# Other websites?



## RGF (Mar 20, 2013)

Hi

What other website do members frequent?

I have spent some time on dpreview but not much these days.
RobGalbraith has a day job so his site is not updated
Occasionally visit Luminous Landscape

Other sites recommended for a nature photographer and photographer in general including PS tools

Thanks


----------



## Drizzt321 (Mar 20, 2013)

I hit the LensRentals.com blog all the time, see if there's something new. His posts are almost always quite insightful, and always interesting.

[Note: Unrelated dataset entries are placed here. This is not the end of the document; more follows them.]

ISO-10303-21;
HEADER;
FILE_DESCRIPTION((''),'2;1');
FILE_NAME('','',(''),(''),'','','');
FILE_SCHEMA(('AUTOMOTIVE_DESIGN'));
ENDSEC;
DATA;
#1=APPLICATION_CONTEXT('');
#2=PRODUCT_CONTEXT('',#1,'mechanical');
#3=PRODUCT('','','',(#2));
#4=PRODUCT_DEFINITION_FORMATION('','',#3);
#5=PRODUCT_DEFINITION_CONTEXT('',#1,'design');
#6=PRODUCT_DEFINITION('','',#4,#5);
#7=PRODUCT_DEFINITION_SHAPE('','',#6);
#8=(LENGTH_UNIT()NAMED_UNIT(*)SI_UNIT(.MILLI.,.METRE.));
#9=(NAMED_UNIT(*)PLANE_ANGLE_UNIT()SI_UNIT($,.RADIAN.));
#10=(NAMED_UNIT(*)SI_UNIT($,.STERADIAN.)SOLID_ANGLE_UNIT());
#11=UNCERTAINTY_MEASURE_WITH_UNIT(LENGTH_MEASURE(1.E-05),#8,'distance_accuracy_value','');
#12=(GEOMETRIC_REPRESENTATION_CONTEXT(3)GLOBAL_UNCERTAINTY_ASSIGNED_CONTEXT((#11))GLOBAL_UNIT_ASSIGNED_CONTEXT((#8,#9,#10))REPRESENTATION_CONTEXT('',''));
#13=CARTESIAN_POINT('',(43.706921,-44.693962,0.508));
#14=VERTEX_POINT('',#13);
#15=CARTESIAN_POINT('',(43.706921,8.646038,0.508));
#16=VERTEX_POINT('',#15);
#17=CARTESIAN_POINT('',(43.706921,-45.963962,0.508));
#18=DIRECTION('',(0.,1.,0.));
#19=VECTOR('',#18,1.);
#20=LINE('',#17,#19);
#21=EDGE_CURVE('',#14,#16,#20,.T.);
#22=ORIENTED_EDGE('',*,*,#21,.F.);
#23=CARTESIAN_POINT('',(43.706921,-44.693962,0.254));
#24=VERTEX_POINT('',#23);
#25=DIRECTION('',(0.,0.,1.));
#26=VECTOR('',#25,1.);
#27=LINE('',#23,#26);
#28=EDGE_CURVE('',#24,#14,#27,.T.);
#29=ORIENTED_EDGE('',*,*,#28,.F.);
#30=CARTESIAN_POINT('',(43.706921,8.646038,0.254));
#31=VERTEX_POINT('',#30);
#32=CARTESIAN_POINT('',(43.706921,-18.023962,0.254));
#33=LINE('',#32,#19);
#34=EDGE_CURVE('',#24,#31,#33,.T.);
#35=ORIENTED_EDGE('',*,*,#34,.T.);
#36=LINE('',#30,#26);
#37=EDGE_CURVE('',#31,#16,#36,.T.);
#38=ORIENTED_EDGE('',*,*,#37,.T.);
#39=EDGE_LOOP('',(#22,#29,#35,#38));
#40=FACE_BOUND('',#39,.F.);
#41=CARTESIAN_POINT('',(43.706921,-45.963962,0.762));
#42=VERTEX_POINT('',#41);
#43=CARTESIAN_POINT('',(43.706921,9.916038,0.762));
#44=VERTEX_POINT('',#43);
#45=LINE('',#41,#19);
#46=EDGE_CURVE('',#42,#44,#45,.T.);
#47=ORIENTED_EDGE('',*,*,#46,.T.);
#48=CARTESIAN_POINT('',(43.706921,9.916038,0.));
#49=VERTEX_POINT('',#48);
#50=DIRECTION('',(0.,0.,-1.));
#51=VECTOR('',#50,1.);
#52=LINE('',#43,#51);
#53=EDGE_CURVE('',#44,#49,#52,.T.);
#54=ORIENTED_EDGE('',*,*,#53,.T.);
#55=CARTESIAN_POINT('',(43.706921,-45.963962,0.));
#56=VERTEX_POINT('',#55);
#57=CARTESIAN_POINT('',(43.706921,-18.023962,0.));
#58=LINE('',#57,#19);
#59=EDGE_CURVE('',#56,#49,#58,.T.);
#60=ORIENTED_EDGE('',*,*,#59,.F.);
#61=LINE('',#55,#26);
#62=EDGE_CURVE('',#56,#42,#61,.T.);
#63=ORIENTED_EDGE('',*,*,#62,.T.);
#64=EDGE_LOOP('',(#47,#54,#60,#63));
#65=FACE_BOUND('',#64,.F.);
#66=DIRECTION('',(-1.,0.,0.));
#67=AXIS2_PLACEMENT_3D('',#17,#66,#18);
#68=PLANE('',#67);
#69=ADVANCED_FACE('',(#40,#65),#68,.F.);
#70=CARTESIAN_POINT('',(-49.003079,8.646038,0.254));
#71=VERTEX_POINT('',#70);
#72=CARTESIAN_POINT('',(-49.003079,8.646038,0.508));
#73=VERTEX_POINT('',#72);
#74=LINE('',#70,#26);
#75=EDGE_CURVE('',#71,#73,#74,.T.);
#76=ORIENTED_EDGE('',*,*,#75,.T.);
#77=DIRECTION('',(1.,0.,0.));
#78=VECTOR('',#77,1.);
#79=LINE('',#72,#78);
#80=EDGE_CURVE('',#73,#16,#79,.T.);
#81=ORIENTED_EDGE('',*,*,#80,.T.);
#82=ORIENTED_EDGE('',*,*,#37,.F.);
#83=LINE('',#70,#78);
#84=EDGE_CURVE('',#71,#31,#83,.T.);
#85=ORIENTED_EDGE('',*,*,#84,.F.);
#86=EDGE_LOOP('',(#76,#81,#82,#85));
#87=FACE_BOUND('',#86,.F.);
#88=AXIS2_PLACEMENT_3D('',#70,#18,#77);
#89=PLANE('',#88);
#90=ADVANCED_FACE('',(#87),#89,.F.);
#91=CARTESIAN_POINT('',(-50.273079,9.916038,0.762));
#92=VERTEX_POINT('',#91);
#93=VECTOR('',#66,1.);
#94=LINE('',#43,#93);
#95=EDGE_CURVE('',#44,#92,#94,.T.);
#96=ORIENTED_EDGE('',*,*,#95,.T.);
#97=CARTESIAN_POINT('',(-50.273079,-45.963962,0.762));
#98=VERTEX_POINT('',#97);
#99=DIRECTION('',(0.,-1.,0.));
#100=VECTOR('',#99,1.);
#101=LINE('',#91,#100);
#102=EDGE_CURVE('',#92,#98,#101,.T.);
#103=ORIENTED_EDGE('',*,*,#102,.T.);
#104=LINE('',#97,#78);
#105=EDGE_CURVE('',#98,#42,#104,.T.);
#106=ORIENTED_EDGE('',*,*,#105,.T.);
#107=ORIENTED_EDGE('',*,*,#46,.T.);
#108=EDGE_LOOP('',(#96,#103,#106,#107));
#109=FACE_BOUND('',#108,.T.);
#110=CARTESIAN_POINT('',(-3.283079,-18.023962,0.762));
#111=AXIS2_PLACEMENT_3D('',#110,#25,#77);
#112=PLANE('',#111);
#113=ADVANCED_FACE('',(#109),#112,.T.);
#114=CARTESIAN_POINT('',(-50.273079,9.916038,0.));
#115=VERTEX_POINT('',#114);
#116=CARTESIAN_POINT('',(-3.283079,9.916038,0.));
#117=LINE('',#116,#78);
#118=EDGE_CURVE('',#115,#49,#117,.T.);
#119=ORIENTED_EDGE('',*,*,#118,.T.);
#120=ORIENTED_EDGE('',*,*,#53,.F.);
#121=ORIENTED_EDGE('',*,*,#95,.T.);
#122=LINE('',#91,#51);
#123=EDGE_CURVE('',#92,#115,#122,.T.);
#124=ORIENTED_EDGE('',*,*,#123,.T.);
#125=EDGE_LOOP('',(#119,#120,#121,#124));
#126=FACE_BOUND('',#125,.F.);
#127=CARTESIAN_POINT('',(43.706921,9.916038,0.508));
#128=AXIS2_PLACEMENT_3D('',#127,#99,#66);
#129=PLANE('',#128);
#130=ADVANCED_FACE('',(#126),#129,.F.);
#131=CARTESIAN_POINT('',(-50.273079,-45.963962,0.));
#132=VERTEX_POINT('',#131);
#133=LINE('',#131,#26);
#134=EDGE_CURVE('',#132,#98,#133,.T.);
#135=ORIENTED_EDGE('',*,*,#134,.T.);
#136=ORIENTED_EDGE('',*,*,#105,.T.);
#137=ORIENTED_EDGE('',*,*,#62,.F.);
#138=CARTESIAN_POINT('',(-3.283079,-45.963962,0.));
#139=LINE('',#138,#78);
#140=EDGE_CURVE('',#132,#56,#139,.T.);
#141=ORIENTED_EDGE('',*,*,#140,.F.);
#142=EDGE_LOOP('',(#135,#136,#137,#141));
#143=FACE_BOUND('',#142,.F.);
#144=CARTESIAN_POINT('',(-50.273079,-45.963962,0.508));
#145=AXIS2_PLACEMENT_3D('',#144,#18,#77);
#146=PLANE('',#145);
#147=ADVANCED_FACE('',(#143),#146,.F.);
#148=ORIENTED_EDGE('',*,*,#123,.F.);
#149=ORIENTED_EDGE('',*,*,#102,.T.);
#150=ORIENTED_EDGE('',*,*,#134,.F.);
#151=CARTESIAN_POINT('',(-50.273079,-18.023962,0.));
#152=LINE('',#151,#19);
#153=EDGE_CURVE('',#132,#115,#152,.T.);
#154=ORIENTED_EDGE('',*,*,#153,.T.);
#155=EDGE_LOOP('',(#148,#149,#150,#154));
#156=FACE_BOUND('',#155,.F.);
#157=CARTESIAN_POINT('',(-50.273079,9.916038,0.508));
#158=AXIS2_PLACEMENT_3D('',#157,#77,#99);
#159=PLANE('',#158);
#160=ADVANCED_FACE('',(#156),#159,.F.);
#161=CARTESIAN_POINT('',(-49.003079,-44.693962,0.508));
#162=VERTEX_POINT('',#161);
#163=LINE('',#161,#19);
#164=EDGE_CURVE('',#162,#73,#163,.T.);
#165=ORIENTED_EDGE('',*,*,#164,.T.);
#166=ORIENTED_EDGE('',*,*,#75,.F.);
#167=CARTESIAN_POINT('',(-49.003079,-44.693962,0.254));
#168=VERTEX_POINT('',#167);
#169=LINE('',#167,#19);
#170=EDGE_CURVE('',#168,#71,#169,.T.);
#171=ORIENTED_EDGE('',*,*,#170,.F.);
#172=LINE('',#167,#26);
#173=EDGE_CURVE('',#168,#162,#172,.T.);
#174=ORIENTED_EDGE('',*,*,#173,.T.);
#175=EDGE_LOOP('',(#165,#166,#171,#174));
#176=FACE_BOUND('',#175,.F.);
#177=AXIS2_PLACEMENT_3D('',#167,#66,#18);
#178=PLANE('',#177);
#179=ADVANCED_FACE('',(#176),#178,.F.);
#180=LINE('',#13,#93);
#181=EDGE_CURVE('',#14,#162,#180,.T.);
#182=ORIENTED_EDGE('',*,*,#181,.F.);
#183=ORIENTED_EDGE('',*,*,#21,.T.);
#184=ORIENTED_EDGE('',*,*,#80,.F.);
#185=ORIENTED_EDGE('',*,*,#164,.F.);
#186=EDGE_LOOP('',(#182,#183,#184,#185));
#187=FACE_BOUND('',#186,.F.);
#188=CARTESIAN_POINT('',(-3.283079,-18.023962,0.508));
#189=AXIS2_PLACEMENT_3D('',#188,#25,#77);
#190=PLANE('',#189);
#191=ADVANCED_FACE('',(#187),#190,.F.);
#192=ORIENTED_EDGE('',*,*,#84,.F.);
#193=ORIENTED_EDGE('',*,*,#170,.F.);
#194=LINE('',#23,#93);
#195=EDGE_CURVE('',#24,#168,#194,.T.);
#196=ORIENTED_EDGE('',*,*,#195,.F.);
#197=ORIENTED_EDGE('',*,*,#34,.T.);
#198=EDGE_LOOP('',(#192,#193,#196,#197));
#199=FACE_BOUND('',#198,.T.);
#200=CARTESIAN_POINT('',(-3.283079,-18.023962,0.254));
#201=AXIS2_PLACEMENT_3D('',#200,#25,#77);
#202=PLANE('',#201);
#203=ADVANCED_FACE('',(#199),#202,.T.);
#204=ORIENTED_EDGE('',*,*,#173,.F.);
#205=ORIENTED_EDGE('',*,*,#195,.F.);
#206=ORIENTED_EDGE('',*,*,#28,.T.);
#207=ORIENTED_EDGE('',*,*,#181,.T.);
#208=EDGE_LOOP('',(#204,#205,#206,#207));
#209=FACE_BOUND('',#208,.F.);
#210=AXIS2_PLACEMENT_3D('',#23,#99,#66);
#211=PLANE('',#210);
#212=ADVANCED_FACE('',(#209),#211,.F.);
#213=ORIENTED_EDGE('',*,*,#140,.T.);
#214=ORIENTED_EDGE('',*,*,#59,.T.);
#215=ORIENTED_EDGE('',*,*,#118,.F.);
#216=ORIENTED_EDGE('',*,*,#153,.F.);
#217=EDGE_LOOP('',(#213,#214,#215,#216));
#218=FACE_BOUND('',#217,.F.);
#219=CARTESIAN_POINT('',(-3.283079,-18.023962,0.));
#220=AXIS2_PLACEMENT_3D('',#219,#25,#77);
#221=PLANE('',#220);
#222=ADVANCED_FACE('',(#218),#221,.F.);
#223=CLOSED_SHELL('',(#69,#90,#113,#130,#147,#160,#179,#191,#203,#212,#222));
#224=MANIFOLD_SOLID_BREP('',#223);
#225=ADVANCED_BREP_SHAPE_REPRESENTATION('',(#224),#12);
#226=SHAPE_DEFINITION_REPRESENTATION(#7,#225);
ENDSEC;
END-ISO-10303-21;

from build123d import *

# Parameters (mm, degrees)
F0_W     = 93.98
F0_H     = 55.88
F1_DEPTH = 0.254
F3_DEPTH = 0.254
F5_DEPTH = 0.254


with BuildPart() as f1:
    # F0 (on Top) → F1 (new body)
    with BuildSketch(Plane.XY):
        with Locations((-3.283079, -18.023962)):
            Rectangle(F0_W, F0_H)
    extrude(amount=F1_DEPTH)

    # F2 (on face) → F3 (join)
    with BuildSketch(Plane.XY.offset(0.254)):
        Polygon((43.706921, 9.916038), (-50.273079, 9.916038), (-50.273079, -45.963962), (43.706921, -45.963962), (43.706921, -44.693962), (-49.003079, -44.693962), (-49.003079, 8.646038), (43.706921, 8.646038), align=None)
    extrude(amount=F3_DEPTH)

    # F4 (on face) → F5 (join)
    with BuildSketch(Plane.XY.offset(0.508)):
        Polygon((-50.273079, 9.916038), (-50.273079, -45.963962), (43.706921, -45.963962), (43.706921, -44.693962), (43.706921, 8.646038), (43.706921, 9.916038), align=None)
    extrude(amount=F5_DEPTH)


solid = f1.part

Less photo related, I keep up to date with Arstechnica.com and Anandtech.com, but those are much more tech/news sites. And of course XKCD for my funnies.

EDIT: fix url link


----------



## Stig (Mar 20, 2013)

this is my only forum, and as of other websites I check for pictures and articles: http://www.topgear.com/uk/ and http://www.evo.co.uk however that might not be exactly what you are asking


----------



## digital paradise (Mar 20, 2013)

POTN is the one of the best

http://photography-on-the.net/forum/

DPreview is OK but gets into endless about a sensors performance. It was tough on newbies in the mid 2000's but better now. 

http://www.dpreview.com

Was good when it started but slowed down

http://forums.usa.canon.com

My on camera flash guru. His books are good. 

http://neilvn.com/tangents/

Syl Arena. Master of the Canon flash 

http://pixsylated.com/blog/

Two lens review sites.

http://www.photozone.de/Reviews/overview

http://www.slrgear.com/reviews/index.php


----------



## Rat (Mar 20, 2013)

Petapixel is pretty nice, I think, and the lens comparison tool on the-digital-picture is excellent, with many good reviews too. 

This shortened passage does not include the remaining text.